The good news: Emory scores well for faculty equity, in terms of both gender and race/ethnicity, when compared to its peer institutions. The bad news: those peer benchmarks aren’t necessarily very high.

“We talk a lot about being a community of excellence, and one requirement for excellence is to be a diverse community,” says Claire Sterk, senior vice provost for academic planning and development, explaining the rationale behind a report on faculty equity completed by the Office of the Provost last spring. “I was extremely pleased and proud when we completed the project to see that the impressions that many of us have are true — that Emory compares well to its peers in terms of racial diversity, as well as the representation of women among faculty.”

The report explored faculty gender and race by rank and appointment track, hiring and retention, career trajectories, salary equity, access to development resources, professional recognition and awards and leadership roles. The data included full-time tenured and tenure-track faculty from every area of the University. Rather than making recommendations, the Office of the Provost posted the full report on its Web site and asked for faculty feedback, to help determine the next steps.
(Read the full report at http://www.emory.edu/PROVOST.)

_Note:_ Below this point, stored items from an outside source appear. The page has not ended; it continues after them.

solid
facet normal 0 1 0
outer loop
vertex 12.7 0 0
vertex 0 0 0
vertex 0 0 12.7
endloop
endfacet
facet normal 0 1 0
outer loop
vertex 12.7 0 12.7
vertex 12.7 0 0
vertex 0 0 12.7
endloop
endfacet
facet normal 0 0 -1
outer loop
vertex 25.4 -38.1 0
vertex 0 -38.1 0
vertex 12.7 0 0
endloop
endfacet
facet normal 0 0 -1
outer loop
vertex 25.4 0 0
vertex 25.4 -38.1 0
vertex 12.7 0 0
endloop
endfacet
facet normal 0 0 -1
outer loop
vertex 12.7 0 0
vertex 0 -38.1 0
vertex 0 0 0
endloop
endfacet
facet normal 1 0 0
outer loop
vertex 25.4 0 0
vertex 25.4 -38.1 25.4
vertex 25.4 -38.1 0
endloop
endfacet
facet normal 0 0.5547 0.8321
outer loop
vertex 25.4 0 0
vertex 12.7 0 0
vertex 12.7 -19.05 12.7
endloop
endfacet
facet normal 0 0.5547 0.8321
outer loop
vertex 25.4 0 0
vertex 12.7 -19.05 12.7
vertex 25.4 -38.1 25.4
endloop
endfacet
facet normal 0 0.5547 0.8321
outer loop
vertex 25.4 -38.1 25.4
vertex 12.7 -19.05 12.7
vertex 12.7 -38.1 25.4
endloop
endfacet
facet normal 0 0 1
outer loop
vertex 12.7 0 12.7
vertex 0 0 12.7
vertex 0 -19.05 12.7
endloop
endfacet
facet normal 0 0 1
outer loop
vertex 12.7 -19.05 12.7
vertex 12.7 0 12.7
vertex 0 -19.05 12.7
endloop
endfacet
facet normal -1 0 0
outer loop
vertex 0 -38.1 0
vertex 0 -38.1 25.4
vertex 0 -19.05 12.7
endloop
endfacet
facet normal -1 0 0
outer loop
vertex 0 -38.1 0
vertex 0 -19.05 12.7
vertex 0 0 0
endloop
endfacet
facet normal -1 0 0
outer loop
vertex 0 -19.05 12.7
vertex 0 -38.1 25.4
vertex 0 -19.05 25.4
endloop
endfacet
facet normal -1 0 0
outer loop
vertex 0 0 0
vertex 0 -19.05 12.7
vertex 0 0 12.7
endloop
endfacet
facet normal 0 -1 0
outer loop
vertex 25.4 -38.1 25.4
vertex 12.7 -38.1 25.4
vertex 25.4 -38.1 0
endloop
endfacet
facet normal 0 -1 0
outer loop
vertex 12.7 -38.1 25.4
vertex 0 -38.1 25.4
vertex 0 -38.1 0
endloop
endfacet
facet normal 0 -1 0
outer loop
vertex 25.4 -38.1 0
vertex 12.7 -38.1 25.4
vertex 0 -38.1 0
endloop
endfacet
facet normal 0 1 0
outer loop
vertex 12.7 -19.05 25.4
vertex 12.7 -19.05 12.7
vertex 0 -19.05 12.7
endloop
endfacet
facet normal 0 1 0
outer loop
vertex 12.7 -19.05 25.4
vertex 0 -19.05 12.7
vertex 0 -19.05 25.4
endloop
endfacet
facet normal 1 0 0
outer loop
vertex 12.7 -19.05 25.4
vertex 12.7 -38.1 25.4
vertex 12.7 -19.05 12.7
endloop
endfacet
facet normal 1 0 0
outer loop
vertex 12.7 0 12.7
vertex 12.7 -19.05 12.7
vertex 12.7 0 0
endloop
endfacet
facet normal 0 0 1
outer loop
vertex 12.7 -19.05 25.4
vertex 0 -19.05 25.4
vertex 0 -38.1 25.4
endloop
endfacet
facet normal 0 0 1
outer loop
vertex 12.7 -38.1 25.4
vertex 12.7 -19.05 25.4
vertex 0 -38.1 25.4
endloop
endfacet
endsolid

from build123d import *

# Parameters (mm, degrees)
F2_DEPTH = 25.4
F3_DEPTH = 12.7


with BuildPart() as f2:
    # F0 (on Right) → F2 (new body)
    with BuildSketch(Plane.YZ):
        Polygon((0, 0), (-38.1, 25.4), (-38.1, 0), align=None)
    extrude(amount=F2_DEPTH)

    # F1 (on Right) → F3 (join)
    with BuildSketch(Plane.YZ):
        Polygon((-19.05, 25.4), (-38.1, 25.4), (-19.05, 12.7), align=None)
        Polygon((0, 12.7), (-19.05, 12.7), (0, 0), align=None)
    extrude(amount=F3_DEPTH)


solid = f2.part
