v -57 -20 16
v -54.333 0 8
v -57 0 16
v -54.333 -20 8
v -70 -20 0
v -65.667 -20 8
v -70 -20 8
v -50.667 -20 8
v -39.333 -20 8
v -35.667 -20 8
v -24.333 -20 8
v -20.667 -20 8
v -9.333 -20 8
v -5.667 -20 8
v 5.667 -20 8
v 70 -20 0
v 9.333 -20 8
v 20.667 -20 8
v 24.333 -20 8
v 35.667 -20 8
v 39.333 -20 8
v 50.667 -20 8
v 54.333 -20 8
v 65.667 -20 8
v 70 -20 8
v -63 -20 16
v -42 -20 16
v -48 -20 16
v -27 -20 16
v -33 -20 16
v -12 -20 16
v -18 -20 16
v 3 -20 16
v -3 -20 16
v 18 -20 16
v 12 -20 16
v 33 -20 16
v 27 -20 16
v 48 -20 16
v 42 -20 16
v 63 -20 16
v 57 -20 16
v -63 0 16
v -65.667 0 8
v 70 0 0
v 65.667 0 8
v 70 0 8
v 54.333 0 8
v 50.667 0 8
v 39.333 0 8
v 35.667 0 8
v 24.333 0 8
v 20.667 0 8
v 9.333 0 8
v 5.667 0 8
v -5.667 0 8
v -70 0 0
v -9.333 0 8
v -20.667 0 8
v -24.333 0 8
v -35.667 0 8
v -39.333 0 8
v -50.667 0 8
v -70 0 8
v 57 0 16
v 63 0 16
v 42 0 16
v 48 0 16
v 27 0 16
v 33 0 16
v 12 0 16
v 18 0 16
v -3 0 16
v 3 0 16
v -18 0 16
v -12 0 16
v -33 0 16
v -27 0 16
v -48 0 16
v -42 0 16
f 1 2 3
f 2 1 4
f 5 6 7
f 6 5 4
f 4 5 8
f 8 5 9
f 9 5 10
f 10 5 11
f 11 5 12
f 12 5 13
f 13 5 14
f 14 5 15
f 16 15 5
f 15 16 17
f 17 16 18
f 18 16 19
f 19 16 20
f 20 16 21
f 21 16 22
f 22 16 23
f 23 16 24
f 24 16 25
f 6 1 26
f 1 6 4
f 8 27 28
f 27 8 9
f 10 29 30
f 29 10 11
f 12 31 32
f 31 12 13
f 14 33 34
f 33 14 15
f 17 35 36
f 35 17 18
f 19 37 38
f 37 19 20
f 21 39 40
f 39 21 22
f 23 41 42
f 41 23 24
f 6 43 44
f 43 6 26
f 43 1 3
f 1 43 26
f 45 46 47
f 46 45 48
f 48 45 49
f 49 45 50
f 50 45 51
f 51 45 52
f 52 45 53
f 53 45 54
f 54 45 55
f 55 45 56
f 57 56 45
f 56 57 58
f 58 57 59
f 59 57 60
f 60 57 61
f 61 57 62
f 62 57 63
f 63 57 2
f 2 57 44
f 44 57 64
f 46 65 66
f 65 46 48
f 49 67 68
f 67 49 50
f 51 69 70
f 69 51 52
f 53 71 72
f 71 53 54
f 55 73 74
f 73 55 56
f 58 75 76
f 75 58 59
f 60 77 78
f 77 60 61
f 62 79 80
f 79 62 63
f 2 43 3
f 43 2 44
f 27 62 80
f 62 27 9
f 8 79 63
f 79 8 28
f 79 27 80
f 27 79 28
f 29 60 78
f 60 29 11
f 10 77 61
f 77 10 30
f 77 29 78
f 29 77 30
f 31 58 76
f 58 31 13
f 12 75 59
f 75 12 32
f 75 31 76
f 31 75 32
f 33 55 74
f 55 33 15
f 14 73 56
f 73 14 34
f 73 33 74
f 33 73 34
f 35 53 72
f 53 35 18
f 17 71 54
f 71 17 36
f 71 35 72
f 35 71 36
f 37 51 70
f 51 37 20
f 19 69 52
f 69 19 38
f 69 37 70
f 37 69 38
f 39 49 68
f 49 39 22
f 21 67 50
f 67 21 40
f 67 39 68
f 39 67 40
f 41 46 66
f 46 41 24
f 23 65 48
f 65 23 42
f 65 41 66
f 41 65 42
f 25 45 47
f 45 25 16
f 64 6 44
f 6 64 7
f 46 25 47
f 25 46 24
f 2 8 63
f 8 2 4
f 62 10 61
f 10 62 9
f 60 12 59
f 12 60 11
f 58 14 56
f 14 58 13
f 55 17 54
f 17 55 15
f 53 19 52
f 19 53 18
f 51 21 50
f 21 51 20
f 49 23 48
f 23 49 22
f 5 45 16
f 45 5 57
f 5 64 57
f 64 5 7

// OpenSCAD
$fn = 32;

// ----------------------------------------------------------------------
// Toothed rack, 9 teeth
// 15 mm pitch, 8 mm teeth
// ----------------------------------------------------------------------

// --- parameters (mm) ---
bar_w = 20;   // bar width (Y)
bar_h = 8;    // bar height (Z)
teeth = 9;    // number of teeth
pitch = 15;   // tooth pitch
tooth_h = 8;  // tooth height above the bar
root_w = 12;  // tooth width at the root
crest_w = 6;  // tooth width at the crest

// --- derived feature positions (mm) ---
span = (teeth - 1) * pitch;  // = 120   distance between the outer teeth
bar_l = span + root_w + 8;   // = 140   bar length: teeth plus 4 mm at each end
tooth_x = -span / 2;         // = -60   X of the first tooth
height = bar_h + tooth_h;    // = 16   overall height
feature_centers = [
  [tooth_x + 0 * pitch, -bar_w / 2],
  [tooth_x + 1 * pitch, -bar_w / 2],
  [tooth_x + 2 * pitch, -bar_w / 2],
  [tooth_x + 3 * pitch, -bar_w / 2],
  [tooth_x + 4 * pitch, -bar_w / 2],
  [tooth_x + 5 * pitch, -bar_w / 2],
  [tooth_x + 6 * pitch, -bar_w / 2],
  [tooth_x + 7 * pitch, -bar_w / 2],
  [tooth_x + 8 * pitch, -bar_w / 2]
];   // tooth centre line, drives the tooth loop

// bar with a rack of teeth, one extruded trapezoium per centre
module rack_tooth() {
  linear_extrude(height = bar_w)
    polygon(points = [
      [0, 0],
      [root_w, 0],
      [root_w / 2 + crest_w / 2, tooth_h + 1],
      [root_w / 2 - crest_w / 2, tooth_h + 1]
    ]);
}

union() {
  translate([-bar_l / 2, -bar_w, 0]) cube([bar_l, bar_w, bar_h]);
  for (centre = feature_centers)
    translate([centre[0] - root_w / 2, 0, bar_h - 1]) rotate([90, 0, 0]) rack_tooth();
}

While Emory’s numbers “look really good in the national landscape, maybe the national landscape doesn’t look so great,” says Sterk, summing up some of that feedback, which she says was positive overall.

This fall, the Office of the Provost will use the feedback to develop an action plan for the University to continue to foster equity, Sterk says, adding that one step will likely be to drill further into the data, looking closer at department and unit levels.

Another step may be looking at ways to recognize faculty service. “It’s clear that a lot of faculty spend an enormous amount of time in service,” Sterk says. “So how can Emory really reward these service activities, particularly those that have to do with institution building?”

“This is an extremely valuable report,” says Nadine Kaslow, a professor of psychiatry and behavioral sciences, special assistant to the provost and past chair of the Faculty Council. “The process of providing information, then asking for input and taking responses seriously is a real strength of this institution.”

The report showed no statistically significant salary gap in terms of race or gender. It showed that the number of endowed chairs held by women and racial/ethnic minorities is high compared to benchmark institutions, and has continued to rise over time.

Emory also compared well in terms of the number of women and racial/ethnic minorities who hold tenure-track positions. Kaslow notes, however, that when the data are broken down by rank, disparities show up. For instance, 16 percent of females with the rank of “professor” are on the tenure track, while 32.4 percent of male professors are on the tenure track.

“Even if we look good next to our benchmarks, to me that’s still a serious concern,” Kaslow says. “Emory wants to be a leader, so 16 percent is not good enough.”

She adds that an excuse used by some institutions — not enough women and minorities are in the hiring pipeline — is becoming less valid. “When I was in elementary school, my mom got her Ph.D.,” she says. “That was a long time ago. A lot of women and ethnic minorities are in the pipeline now. I think that the pipeline has leaks, and we need to fix them.”